*Work required*. Below are the records; copy out every line that holds the word "Polygon".

*Data*.
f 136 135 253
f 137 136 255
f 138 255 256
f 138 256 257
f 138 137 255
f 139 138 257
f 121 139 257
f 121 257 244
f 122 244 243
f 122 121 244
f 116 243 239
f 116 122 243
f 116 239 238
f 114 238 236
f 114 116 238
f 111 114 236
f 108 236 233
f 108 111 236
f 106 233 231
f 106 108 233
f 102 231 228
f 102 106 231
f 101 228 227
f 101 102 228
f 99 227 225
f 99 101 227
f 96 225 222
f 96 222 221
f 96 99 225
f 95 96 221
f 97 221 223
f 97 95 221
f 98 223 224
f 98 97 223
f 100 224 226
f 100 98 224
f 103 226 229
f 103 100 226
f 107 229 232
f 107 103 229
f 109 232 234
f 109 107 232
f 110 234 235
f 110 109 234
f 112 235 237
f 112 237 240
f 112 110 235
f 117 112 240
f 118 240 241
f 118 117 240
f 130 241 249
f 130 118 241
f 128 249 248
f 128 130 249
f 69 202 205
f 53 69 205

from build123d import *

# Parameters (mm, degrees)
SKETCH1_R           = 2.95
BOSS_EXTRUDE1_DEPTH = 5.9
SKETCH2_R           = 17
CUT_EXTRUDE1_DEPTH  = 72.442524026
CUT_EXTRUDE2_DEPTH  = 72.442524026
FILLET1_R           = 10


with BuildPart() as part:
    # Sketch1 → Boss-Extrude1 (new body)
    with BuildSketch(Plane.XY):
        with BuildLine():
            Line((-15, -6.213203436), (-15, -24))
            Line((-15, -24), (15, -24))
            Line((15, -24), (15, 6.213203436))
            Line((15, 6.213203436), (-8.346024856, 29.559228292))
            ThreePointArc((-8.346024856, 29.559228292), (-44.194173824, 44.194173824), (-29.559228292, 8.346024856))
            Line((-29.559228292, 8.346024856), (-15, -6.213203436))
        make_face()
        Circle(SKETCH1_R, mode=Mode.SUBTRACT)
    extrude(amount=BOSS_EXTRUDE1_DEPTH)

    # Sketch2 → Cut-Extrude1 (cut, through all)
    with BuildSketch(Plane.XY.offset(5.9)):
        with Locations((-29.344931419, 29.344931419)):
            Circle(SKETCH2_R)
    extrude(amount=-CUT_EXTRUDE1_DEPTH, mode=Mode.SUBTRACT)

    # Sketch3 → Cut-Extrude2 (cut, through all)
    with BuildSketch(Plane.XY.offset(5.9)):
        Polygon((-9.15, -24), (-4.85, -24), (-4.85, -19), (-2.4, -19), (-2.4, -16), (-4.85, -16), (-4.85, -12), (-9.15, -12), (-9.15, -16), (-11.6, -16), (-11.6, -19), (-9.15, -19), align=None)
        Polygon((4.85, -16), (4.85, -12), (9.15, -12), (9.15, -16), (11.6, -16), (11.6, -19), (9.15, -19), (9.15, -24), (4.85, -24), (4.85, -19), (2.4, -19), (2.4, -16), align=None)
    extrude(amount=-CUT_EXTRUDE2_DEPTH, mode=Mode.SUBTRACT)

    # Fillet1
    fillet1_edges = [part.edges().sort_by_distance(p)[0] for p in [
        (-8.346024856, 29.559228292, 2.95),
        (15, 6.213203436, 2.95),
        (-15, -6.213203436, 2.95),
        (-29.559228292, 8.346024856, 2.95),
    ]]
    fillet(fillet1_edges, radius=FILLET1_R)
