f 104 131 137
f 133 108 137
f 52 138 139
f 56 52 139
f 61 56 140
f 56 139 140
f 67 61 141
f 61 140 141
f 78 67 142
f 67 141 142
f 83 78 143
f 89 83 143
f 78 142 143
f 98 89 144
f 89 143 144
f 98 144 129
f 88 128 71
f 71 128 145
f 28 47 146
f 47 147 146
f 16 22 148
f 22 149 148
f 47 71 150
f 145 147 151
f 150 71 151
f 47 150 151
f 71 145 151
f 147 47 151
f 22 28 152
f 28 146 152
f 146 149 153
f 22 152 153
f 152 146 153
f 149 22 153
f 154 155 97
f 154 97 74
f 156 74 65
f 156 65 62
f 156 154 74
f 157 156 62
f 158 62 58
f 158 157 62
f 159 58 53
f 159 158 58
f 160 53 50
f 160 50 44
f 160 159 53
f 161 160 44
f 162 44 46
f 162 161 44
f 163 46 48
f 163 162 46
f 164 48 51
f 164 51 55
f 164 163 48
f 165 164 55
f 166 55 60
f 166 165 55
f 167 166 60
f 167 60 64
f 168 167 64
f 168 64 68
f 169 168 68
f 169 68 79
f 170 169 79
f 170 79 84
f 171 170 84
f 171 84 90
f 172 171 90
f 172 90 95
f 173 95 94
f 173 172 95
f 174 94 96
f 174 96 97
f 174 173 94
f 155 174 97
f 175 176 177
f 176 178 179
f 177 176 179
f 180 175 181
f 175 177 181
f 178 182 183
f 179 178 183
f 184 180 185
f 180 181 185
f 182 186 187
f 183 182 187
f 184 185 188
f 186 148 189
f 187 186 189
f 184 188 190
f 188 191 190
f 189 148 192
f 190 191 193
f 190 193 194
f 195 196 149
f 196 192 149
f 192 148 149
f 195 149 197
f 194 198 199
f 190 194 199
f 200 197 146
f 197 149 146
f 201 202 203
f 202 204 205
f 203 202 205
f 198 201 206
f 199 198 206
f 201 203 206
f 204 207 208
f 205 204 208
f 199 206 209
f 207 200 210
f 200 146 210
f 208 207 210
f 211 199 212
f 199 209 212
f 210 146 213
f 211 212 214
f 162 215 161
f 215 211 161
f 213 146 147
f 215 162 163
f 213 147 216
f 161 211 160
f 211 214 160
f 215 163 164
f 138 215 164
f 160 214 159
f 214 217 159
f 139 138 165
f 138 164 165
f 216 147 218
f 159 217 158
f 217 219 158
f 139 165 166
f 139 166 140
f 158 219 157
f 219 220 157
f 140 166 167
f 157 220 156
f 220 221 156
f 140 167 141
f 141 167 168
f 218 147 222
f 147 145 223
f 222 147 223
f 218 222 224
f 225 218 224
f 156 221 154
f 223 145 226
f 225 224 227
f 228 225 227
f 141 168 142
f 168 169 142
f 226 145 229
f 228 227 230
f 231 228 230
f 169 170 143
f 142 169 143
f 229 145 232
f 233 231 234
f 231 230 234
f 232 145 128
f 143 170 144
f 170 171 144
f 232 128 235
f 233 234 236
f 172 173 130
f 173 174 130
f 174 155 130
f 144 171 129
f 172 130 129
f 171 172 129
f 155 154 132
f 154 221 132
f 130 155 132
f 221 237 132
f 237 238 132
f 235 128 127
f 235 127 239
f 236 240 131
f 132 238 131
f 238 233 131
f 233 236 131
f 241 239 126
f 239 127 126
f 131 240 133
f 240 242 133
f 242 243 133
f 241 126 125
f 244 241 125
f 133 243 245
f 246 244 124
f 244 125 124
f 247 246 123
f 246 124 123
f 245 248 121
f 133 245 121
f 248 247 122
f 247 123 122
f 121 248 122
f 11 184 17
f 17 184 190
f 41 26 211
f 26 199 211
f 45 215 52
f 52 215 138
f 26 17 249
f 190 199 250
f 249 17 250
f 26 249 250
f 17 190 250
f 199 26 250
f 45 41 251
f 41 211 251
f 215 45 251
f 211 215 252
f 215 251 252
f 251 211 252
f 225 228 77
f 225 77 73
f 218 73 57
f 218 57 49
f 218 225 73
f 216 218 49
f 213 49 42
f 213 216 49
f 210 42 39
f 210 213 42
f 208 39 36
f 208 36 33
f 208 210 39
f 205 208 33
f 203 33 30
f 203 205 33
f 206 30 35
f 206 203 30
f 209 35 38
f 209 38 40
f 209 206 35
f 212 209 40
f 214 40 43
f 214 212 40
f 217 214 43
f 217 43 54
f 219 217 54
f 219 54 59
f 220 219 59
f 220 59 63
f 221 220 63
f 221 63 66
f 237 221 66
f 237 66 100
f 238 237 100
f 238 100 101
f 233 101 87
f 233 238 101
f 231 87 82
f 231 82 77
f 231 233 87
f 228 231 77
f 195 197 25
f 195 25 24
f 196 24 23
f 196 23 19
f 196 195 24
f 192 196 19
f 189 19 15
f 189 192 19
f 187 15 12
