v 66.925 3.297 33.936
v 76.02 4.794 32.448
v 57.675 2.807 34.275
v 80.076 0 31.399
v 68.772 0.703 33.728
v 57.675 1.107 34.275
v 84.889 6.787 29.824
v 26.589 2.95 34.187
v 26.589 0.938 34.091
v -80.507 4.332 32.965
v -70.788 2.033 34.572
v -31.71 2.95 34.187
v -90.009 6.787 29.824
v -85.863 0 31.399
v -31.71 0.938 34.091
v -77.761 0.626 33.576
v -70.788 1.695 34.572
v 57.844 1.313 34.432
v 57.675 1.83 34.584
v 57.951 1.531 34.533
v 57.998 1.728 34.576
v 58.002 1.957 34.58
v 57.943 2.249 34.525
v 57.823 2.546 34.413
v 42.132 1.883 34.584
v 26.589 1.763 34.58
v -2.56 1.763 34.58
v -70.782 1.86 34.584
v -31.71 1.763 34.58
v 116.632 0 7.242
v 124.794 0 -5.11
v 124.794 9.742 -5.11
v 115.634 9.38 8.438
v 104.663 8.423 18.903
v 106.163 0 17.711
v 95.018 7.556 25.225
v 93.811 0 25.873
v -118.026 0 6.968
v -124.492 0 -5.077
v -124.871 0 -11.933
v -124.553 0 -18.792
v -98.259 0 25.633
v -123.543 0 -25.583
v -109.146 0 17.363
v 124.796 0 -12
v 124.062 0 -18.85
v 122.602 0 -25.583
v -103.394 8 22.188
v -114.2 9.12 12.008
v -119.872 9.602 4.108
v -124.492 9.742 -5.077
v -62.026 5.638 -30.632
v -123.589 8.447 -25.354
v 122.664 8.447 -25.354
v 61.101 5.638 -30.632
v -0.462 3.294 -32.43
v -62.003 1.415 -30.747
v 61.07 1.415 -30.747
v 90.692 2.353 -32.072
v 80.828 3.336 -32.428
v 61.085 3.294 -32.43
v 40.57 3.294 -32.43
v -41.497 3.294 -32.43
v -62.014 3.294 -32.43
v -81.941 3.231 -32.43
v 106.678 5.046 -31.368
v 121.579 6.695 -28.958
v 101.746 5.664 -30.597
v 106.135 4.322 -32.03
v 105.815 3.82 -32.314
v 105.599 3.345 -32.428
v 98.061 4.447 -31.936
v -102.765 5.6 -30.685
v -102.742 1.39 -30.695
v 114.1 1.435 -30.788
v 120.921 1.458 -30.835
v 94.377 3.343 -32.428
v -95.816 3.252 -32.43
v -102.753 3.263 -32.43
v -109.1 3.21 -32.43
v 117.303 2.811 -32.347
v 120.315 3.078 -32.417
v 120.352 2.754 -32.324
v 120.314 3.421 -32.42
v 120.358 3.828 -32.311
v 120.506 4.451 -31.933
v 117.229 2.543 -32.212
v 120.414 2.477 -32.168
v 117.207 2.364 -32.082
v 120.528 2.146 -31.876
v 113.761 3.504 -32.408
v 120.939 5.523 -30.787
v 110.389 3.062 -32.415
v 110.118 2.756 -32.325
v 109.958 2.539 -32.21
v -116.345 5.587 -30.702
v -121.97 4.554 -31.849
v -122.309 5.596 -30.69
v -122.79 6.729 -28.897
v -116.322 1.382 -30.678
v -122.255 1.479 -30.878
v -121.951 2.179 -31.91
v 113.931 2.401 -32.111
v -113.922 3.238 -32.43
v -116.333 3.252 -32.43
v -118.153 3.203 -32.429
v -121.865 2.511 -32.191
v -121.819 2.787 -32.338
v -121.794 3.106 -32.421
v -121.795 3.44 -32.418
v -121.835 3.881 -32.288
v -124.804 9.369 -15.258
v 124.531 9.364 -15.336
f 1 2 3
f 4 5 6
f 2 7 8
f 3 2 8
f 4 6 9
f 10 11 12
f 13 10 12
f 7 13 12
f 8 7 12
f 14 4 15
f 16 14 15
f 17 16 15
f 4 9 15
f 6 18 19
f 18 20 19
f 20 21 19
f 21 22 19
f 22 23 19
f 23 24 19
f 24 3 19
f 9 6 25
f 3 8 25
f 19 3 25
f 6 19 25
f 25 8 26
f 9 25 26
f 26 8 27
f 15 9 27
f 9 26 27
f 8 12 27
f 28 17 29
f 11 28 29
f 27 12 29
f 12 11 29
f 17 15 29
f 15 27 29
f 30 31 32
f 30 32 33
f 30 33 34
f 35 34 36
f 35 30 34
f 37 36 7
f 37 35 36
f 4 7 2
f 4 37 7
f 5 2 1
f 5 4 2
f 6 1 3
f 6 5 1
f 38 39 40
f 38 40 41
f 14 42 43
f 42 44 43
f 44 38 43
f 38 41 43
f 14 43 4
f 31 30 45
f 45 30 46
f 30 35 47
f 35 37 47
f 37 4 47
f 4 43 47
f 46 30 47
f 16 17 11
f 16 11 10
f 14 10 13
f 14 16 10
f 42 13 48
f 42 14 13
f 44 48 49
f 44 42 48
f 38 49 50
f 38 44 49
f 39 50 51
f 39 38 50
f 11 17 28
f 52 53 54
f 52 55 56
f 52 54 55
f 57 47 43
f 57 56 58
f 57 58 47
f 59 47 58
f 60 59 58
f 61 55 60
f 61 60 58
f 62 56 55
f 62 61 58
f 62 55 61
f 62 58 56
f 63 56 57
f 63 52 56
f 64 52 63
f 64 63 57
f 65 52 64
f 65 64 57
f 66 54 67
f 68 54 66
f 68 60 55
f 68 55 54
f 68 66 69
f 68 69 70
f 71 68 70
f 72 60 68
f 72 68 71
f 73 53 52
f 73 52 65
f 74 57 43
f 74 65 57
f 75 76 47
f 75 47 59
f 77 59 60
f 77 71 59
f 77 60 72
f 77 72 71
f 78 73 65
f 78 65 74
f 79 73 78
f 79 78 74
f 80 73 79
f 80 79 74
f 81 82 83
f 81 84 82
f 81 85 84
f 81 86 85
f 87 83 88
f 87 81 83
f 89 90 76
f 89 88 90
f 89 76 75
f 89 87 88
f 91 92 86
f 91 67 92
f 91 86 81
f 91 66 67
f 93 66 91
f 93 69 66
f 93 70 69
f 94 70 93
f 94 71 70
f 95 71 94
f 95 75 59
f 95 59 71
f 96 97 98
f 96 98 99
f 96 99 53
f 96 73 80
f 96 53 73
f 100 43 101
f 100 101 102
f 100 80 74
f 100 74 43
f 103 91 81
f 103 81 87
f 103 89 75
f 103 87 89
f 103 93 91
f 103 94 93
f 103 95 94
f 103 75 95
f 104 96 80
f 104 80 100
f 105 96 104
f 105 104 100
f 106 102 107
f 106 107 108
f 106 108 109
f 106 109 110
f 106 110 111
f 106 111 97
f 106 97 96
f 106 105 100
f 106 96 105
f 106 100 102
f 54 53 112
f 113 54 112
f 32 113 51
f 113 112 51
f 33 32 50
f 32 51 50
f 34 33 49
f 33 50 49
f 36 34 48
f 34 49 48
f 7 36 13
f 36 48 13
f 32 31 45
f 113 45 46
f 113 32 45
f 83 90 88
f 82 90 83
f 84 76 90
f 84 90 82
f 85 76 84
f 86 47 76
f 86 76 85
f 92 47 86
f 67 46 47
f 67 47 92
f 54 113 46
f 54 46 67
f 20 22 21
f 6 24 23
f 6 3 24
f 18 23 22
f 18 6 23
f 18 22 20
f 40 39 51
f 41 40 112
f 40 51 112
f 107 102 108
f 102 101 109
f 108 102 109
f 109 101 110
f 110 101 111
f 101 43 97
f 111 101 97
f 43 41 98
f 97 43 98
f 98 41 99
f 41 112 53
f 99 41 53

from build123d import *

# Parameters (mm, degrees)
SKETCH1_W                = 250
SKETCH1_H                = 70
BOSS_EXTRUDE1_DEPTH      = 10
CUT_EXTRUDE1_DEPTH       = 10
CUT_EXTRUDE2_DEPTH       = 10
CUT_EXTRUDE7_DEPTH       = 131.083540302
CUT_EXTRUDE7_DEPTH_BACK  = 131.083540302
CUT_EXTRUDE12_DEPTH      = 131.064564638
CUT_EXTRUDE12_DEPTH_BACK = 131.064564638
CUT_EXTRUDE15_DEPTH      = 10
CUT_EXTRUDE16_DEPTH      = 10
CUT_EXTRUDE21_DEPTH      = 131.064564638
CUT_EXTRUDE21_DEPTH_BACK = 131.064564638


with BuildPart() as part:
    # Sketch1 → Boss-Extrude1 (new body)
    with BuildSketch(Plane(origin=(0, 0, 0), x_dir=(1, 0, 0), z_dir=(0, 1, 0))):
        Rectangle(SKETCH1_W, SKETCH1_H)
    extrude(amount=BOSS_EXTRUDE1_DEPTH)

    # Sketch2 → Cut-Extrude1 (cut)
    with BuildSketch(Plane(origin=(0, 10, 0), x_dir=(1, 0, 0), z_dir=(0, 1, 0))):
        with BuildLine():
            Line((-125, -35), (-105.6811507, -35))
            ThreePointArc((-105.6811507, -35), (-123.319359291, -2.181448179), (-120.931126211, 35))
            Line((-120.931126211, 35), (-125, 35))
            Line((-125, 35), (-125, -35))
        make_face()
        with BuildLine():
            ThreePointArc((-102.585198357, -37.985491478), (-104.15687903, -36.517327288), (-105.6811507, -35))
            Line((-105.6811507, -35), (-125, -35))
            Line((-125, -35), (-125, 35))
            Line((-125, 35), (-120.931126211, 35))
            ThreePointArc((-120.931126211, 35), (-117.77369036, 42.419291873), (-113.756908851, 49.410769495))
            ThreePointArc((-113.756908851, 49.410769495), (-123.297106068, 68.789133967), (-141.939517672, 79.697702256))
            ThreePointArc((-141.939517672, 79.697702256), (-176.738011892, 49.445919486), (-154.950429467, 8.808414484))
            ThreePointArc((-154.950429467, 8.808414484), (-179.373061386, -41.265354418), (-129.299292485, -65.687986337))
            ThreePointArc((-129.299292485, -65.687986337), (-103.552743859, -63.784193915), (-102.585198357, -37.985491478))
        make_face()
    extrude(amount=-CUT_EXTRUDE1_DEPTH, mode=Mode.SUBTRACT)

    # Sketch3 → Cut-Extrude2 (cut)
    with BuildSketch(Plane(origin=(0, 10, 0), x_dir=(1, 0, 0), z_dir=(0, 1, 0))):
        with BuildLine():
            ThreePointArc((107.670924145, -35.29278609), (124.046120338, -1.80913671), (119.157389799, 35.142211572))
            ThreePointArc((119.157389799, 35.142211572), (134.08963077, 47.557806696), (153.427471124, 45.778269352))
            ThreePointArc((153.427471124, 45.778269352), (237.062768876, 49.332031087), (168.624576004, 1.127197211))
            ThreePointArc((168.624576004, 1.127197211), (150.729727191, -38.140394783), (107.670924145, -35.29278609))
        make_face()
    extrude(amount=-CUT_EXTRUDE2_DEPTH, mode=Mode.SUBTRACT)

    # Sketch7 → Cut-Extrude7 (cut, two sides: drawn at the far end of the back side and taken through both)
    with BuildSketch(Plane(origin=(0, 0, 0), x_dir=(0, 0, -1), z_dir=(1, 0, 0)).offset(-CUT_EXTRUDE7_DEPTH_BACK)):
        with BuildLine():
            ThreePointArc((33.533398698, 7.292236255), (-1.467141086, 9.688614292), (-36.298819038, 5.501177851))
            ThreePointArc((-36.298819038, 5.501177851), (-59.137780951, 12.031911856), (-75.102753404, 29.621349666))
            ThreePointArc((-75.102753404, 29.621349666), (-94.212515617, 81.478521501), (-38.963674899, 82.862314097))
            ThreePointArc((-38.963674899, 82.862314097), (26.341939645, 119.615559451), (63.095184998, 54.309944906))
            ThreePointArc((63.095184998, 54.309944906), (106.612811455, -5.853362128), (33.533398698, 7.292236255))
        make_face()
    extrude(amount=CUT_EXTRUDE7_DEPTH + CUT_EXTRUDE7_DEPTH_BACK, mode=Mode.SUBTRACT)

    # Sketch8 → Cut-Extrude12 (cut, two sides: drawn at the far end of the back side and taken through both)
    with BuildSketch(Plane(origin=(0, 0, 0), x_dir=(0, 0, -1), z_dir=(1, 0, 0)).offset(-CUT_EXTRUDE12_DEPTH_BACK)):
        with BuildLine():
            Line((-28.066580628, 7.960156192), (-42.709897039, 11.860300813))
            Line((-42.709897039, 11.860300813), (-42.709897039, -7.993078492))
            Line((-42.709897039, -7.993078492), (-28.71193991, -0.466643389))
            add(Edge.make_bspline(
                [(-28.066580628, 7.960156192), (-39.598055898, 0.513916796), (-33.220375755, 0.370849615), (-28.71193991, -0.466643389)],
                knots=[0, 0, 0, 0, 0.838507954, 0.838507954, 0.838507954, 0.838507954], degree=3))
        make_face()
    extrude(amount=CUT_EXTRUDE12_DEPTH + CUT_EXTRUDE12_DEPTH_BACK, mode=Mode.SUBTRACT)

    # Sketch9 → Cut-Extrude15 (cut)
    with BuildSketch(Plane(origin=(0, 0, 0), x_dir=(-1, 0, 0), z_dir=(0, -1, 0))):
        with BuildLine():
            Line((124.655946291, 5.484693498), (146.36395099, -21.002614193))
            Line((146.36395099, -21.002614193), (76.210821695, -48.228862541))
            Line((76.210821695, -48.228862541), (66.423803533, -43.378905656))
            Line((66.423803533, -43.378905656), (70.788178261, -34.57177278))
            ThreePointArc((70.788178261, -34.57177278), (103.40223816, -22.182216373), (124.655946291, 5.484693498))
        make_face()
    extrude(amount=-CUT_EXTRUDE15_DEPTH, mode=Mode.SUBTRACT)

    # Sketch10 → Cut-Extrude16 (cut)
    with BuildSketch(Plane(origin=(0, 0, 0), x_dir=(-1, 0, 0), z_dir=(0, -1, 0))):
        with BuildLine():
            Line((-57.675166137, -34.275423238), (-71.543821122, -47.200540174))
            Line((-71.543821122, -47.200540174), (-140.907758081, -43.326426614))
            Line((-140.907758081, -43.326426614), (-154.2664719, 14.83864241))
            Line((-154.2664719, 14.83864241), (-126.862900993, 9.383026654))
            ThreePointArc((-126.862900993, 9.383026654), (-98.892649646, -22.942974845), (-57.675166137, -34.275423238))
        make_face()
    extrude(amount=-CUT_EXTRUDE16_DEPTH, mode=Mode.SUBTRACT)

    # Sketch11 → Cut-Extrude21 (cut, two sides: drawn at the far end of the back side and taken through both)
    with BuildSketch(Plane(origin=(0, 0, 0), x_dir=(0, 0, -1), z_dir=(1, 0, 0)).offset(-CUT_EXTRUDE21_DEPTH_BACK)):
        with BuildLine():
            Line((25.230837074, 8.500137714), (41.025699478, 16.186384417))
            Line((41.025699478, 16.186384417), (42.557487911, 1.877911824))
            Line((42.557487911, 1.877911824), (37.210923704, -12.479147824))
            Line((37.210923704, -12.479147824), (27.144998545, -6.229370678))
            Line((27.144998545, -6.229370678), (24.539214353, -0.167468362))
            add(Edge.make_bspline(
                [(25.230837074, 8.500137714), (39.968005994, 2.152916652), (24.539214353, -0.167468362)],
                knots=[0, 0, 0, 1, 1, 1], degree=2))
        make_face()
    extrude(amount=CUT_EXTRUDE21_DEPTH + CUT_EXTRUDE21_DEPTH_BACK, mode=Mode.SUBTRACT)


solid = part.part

*Exercise result*.
        Polygon((-9.15, -24), (-4.85, -24), (-4.85, -19), (-2.4, -19), (-2.4, -16), (-4.85, -16), (-4.85, -12), (-9.15, -12), (-9.15, -16), (-11.6, -16), (-11.6, -19), (-9.15, -19), align=None)
        Polygon((4.85, -16), (4.85, -12), (9.15, -12), (9.15, -16), (11.6, -16), (11.6, -19), (9.15, -19), (9.15, -24), (4.85, -24), (4.85, -19), (2.4, -19), (2.4, -16), align=None)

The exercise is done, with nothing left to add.